Femtocells offer to overcome many of these constraints
Features built in include:
- Full cellular radio interface which has been honed and refined over many years, designed to accommodate high numbers of concurrent users in variable radio interference conditions
- Secure, encrypted data path from each device to the core network; even the femtocell to operator network connection is also encrypted and secured
- Battery saving operation: No need to have both Wi-Fi and cellular radios powered up on your smartphone, draining twice the juice from your battery. Cellular systems are arguably designed to be more power efficient than Wi-Fi.
- Easy logon: No need to enter passphrases, access point names or register for yet another “free” Wi-Fi service – it just works. (This assumes an open access femtocell, which is likely to be the case in public areas)
Ubiquitous data connectivity
Some people suggest that ubiquitous data connectivity will be see like air-conditioning in public areas in the future – an expected, freely available utility, like hot water in a hotel room or toilets in a restaurant/pub.
Wi-Fi struggles to provide that in congested areas.
Today’s 3G mainstream cellsites can’t compete on cost to deliver excellent indoor data service to this level.
A single public shared femtocell infrastructure
Unlike Wi-Fi, today’s femtocells are tied to a single network operator. You would potentially need to install one from each and every mobile in your store/conference rooms/hotel to provide excellent 3G coverage for all your customers. Even with today’s low priced femtocells, this may seem to be too complex/difficult to achieve.

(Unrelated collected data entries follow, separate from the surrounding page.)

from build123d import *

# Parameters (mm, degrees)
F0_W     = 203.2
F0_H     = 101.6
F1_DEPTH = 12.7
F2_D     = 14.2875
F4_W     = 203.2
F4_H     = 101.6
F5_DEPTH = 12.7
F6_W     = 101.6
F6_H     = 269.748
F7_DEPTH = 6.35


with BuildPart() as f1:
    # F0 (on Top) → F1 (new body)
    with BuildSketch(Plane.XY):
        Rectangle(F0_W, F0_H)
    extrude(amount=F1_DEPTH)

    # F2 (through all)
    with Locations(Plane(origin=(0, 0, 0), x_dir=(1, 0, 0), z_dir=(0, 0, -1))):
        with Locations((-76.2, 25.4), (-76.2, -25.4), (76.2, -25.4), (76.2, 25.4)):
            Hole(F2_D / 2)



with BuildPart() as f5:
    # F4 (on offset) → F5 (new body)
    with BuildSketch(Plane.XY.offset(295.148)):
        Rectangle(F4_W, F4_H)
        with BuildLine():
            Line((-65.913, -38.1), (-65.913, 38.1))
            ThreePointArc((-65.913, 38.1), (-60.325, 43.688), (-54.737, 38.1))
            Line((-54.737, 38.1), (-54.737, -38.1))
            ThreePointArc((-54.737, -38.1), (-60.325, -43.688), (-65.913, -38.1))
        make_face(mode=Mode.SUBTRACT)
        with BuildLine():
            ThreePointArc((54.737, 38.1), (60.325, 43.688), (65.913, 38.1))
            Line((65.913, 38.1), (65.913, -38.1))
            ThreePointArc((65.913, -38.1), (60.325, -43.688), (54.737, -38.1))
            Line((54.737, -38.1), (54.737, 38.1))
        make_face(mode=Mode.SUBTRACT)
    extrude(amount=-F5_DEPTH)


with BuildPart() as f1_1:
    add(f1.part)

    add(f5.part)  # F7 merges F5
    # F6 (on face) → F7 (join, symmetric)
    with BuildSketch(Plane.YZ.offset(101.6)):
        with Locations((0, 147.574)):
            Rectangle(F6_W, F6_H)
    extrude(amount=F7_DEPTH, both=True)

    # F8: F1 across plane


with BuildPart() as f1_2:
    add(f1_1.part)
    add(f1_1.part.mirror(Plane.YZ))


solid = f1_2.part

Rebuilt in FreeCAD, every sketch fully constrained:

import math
import FreeCAD as App
import Part
import Sketcher
from FreeCAD import Vector
Q = App.Units.Quantity


def add_polygon(sketch, points):
    """Adds a closed chain of lines whose ends are joined by coincident constraints."""
    first, n = sketch.GeometryCount, len(points)
    for a, b in zip(points, points[1:] + points[:1]):
        sketch.addGeometry(Part.LineSegment(App.Vector(*a, 0), App.Vector(*b, 0)), False)
    for i in range(n):
        sketch.addConstraint(Sketcher.Constraint("Coincident", first + i, 2, first + (i + 1) % n, 1))

doc = App.newDocument("Part")
params = doc.addObject("Spreadsheet::Sheet", "Params")
for row, (alias, value) in enumerate([
    ("sketch1_width", "8 in"),
    ("sketch1_height", "4 in"),
    ("pad1_length", "0.5 in"),
    ("sketch2_diameter", "0.5625 in"),
    ("hole_diameter", "0.5625 in"),
    ("sketch3_width", "8 in"),
    ("sketch3_height", "4 in"),
    ("sketch3_height2", "3 in"),
    ("sketch3_radius", "0.22 in"),
    ("pad2_length", "0.5 in"),
    ("sketch4_width", "4 in"),
    ("sketch4_height", "10.62 in"),
    ("pad3_length", "0.5 in"),
], start=1):
    params.set(f"A{row}", alias)
    params.set(f"B{row}", "=" + value)
    params.setAlias(f"B{row}", alias)

body = doc.addObject("PartDesign::Body", "Body")

# Sketch on XY plane
sketch1 = body.newObject("Sketcher::SketchObject", "Sketch")
sketch1.AttachmentSupport = (doc.getObject("XY_Plane"), [""])
sketch1.MapMode = "FlatFace"
add_polygon(sketch1, [(-102, 51), (-102, -51), (102, -51), (102, 51)])  # lines 0-3
sketch1.addConstraint([
    Sketcher.Constraint("Vertical", 0),
    Sketcher.Constraint("Horizontal", 1),
    Sketcher.Constraint("Vertical", 2),
    Sketcher.Constraint("Horizontal", 3),
    Sketcher.Constraint("Symmetric", 0, 2, 2, 2, -1, 1),
    Sketcher.Constraint("DistanceX", 1, 1, 1, 2, Q("8 in")),
    Sketcher.Constraint("DistanceY", 0, 2, 0, 1, Q("4 in")),
])
sketch1.setExpression("Constraints[9]", "Params.sketch1_width")
sketch1.setExpression("Constraints[10]", "Params.sketch1_height")
pad1 = body.newObject("PartDesign::Pad", "Pad")
pad1.Profile = sketch1
pad1.setExpression("Length", "Params.pad1_length")

# Sketch on XY plane
sketch2 = body.newObject("Sketcher::SketchObject", "Sketch001")
sketch2.AttachmentSupport = (doc.getObject("XY_Plane"), [""])
sketch2.MapMode = "FlatFace"
sketch2.addGeometry([
    Part.Circle(Vector(-76, -25, 0), Vector(0, 0, 1), 7),
    Part.Circle(Vector(-76, 25, 0), Vector(0, 0, 1), 7),
    Part.Circle(Vector(76, 25, 0), Vector(0, 0, 1), 7),
    Part.Circle(Vector(76, -25, 0), Vector(0, 0, 1), 7),
], False)
sketch2.addConstraint([
    Sketcher.Constraint("Equal", 0, 1),
    Sketcher.Constraint("Equal", 1, 2),
    Sketcher.Constraint("Equal", 2, 3),
    Sketcher.Constraint("Symmetric", 0, 3, 2, 3, -1, 1),
    Sketcher.Constraint("Symmetric", 1, 3, 3, 3, -1, 1),
    Sketcher.Constraint("Symmetric", 1, 3, 2, 3, -2),
    Sketcher.Constraint("Diameter", 0, Q("0.5625 in")),
    Sketcher.Constraint("DistanceX", 0, 3, -1, 1, Q("3 in")),
    Sketcher.Constraint("DistanceY", 0, 3, -1, 1, Q("1 in")),
])
sketch2.setExpression("Constraints[6]", "Params.sketch2_diameter")
doc.recompute()
hole = body.newObject("PartDesign::Hole", "Hole")
hole.Profile = sketch2
hole.ThreadType = "None"
hole.setExpression("Diameter", "Params.hole_diameter")
hole.DepthType = "ThroughAll"
hole.Reversed = True
body2 = doc.addObject("PartDesign::Body", "Body001")

# Sketch on XY plane
sketch3 = body2.newObject("Sketcher::SketchObject", "Sketch002")
sketch3.AttachmentSupport = (doc.getObject("XY_Plane001"), [""])
sketch3.MapMode = "FlatFace"
sketch3.AttachmentOffset = App.Placement(Vector(0, 0, 11.62 * 25.4), App.Rotation())
add_polygon(sketch3, [(-102, 51), (-102, -51), (102, -51), (102, 51)])  # lines 0-3
sketch3.addGeometry(Part.ArcOfCircle(Part.Circle(Vector(-60, -38, 0), Vector(0, 0, 1), 6), math.radians(180), math.radians(360)), False)  # 4
sketch3.addGeometry(Part.LineSegment(Vector(-66, -38, 0), Vector(-66, 38, 0)), False)  # 5
sketch3.addGeometry(Part.ArcOfCircle(Part.Circle(Vector(-60, 38, 0), Vector(0, 0, 1), 6), math.radians(0), math.radians(180)), False)  # 6
sketch3.addGeometry(Part.LineSegment(Vector(-55, 38, 0), Vector(-55, -38, 0)), False)  # 7
sketch3.addGeometry(Part.LineSegment(Vector(55, -38, 0), Vector(55, 38, 0)), False)  # 8
sketch3.addGeometry(Part.ArcOfCircle(Part.Circle(Vector(60, 38, 0), Vector(0, 0, 1), 6), math.radians(0), math.radians(180)), False)  # 9
sketch3.addGeometry(Part.LineSegment(Vector(66, 38, 0), Vector(66, -38, 0)), False)  # 10
sketch3.addGeometry(Part.ArcOfCircle(Part.Circle(Vector(60, -38, 0), Vector(0, 0, 1), 6), math.radians(180), math.radians(360)), False)  # 11
sketch3.addConstraint([
    Sketcher.Constraint("Tangent", 4, 1, 5, 1),
    Sketcher.Constraint("Tangent", 5, 2, 6, 2),
    Sketcher.Constraint("Tangent", 6, 1, 7, 1),
    Sketcher.Constraint("Tangent", 7, 2, 4, 2),
    Sketcher.Constraint("Tangent", 8, 2, 9, 2),
    Sketcher.Constraint("Tangent", 9, 1, 10, 1),
    Sketcher.Constraint("Tangent", 10, 2, 11, 2),
    Sketcher.Constraint("Tangent", 11, 1, 8, 1),
    Sketcher.Constraint("Vertical", 0),
    Sketcher.Constraint("Horizontal", 1),
    Sketcher.Constraint("Vertical", 2),
    Sketcher.Constraint("Horizontal", 3),
    Sketcher.Constraint("Vertical", 5),
    Sketcher.Constraint("Vertical", 7),
    Sketcher.Constraint("Vertical", 8),
    Sketcher.Constraint("Vertical", 10),
    Sketcher.Constraint("Equal", 6, 9),
    Sketcher.Constraint("Symmetric", 4, 3, 9, 3, -1, 1),
    Sketcher.Constraint("Symmetric", 0, 2, 2, 2, -1, 1),
    Sketcher.Constraint("Horizontal", 6, 3, 9, 3),
    Sketcher.Constraint("Horizontal", 4, 3, 11, 3),
    Sketcher.Constraint("DistanceX", 1, 1, 1, 2, Q("8 in")),
    Sketcher.Constraint("DistanceY", 0, 2, 0, 1, Q("4 in")),
    Sketcher.Constraint("DistanceY", 5, 1, 5, 2, Q("3 in")),
    Sketcher.Constraint("Radius", 4, Q("0.22 in")),
    Sketcher.Constraint("DistanceX", 6, 3, 9, 3, Q("4.75 in")),
])
sketch3.setExpression("Constraints[25]", "Params.sketch3_width")
sketch3.setExpression("Constraints[26]", "Params.sketch3_height")
sketch3.setExpression("Constraints[27]", "Params.sketch3_height2")
sketch3.setExpression("Constraints[28]", "Params.sketch3_radius")
pad2 = body2.newObject("PartDesign::Pad", "Pad001")
pad2.Profile = sketch3
pad2.setExpression("Length", "Params.pad2_length")
pad2.Reversed = True
body.AllowCompound = True
doc.recompute()

boolean = body.newObject("PartDesign::Boolean", "Boolean")
boolean.Type = "Fuse"
boolean.addObjects([body2])

# Sketch on YZ plane
sketch4 = body.newObject("Sketcher::SketchObject", "Sketch003")
sketch4.AttachmentSupport = (doc.getObject("YZ_Plane"), [""])
sketch4.MapMode = "FlatFace"
sketch4.AttachmentOffset = App.Placement(Vector(0, 0, 4 * 25.4), App.Rotation())
add_polygon(sketch4, [(-51, 282), (-51, 13), (51, 13), (51, 282)])  # lines 0-3
sketch4.addConstraint([
    Sketcher.Constraint("Vertical", 0),
    Sketcher.Constraint("Horizontal", 1),
    Sketcher.Constraint("Vertical", 2),
    Sketcher.Constraint("Horizontal", 3),
    Sketcher.Constraint("DistanceX", 1, 1, 1, 2, Q("4 in")),
    Sketcher.Constraint("DistanceX", 0, 2, -1, 1, Q("2 in")),
    Sketcher.Constraint("DistanceY", 0, 2, 0, 1, Q("10.62 in")),
    Sketcher.Constraint("DistanceY", -1, 1, 0, 2, Q("0.5 in")),
])
sketch4.setExpression("Constraints[8]", "Params.sketch4_width")
sketch4.setExpression("Constraints[10]", "Params.sketch4_height")
pad3 = body.newObject("PartDesign::Pad", "Pad002")
pad3.Profile = sketch4
pad3.setExpression("Length", "Params.pad3_length")
pad3.Midplane = True
body3 = doc.addObject("PartDesign::Body", "Body002")
doc.recompute()

body3.BaseFeature = body
doc.recompute()

mirroring = doc.addObject("Part::Mirroring", "Mirroring")
mirroring.Source = body
mirroring.Base = Vector(0, 0, 0)
mirroring.Normal = Vector(1, 0, 0)
body4 = doc.addObject("PartDesign::Body", "Body003")
body4.BaseFeature = mirroring
boolean2 = body3.newObject("PartDesign::Boolean", "Boolean001")
boolean2.Type = "Fuse"
boolean2.addObjects([body4])
doc.recompute()
mirroring.Visibility = False

doc.recompute()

Perhaps one option is for a new entrant to build out such a network – effectively extending all network’s reach with a shared (and hence) lower overall cost solution. You wouldn’t need much spectrum – perhaps a single 5 MHz carrier would be enough, because all femtocells would operate at very low power.
This isn’t so far away from the deals already in place between mobile network providers and Wi-Fi aggregators. Typically Wi-Fi networks charge a low bulk rate fee for each Gbyte of traffic they offload from the outdoor macrocell network – as long as that’s cheaper than building out more cellsites, then it makes good commercial sense.
With a matched pair of 5MHz of nationwide 4G spectrum being sold for as little as 109K Euros in Holland last month (about 10,000 times less than elsewhere) and femtocells selling in bulk at less than $100 each, the economics might be starting to stack up. I’m sure a few people are considering a business opportunity here. Today, businesses would want to use 3G at current frequencies (so can be accessed by any of today’s 3G devices) rather than 4G – perhaps an option for regulators to take into account as they auction off more spectrum.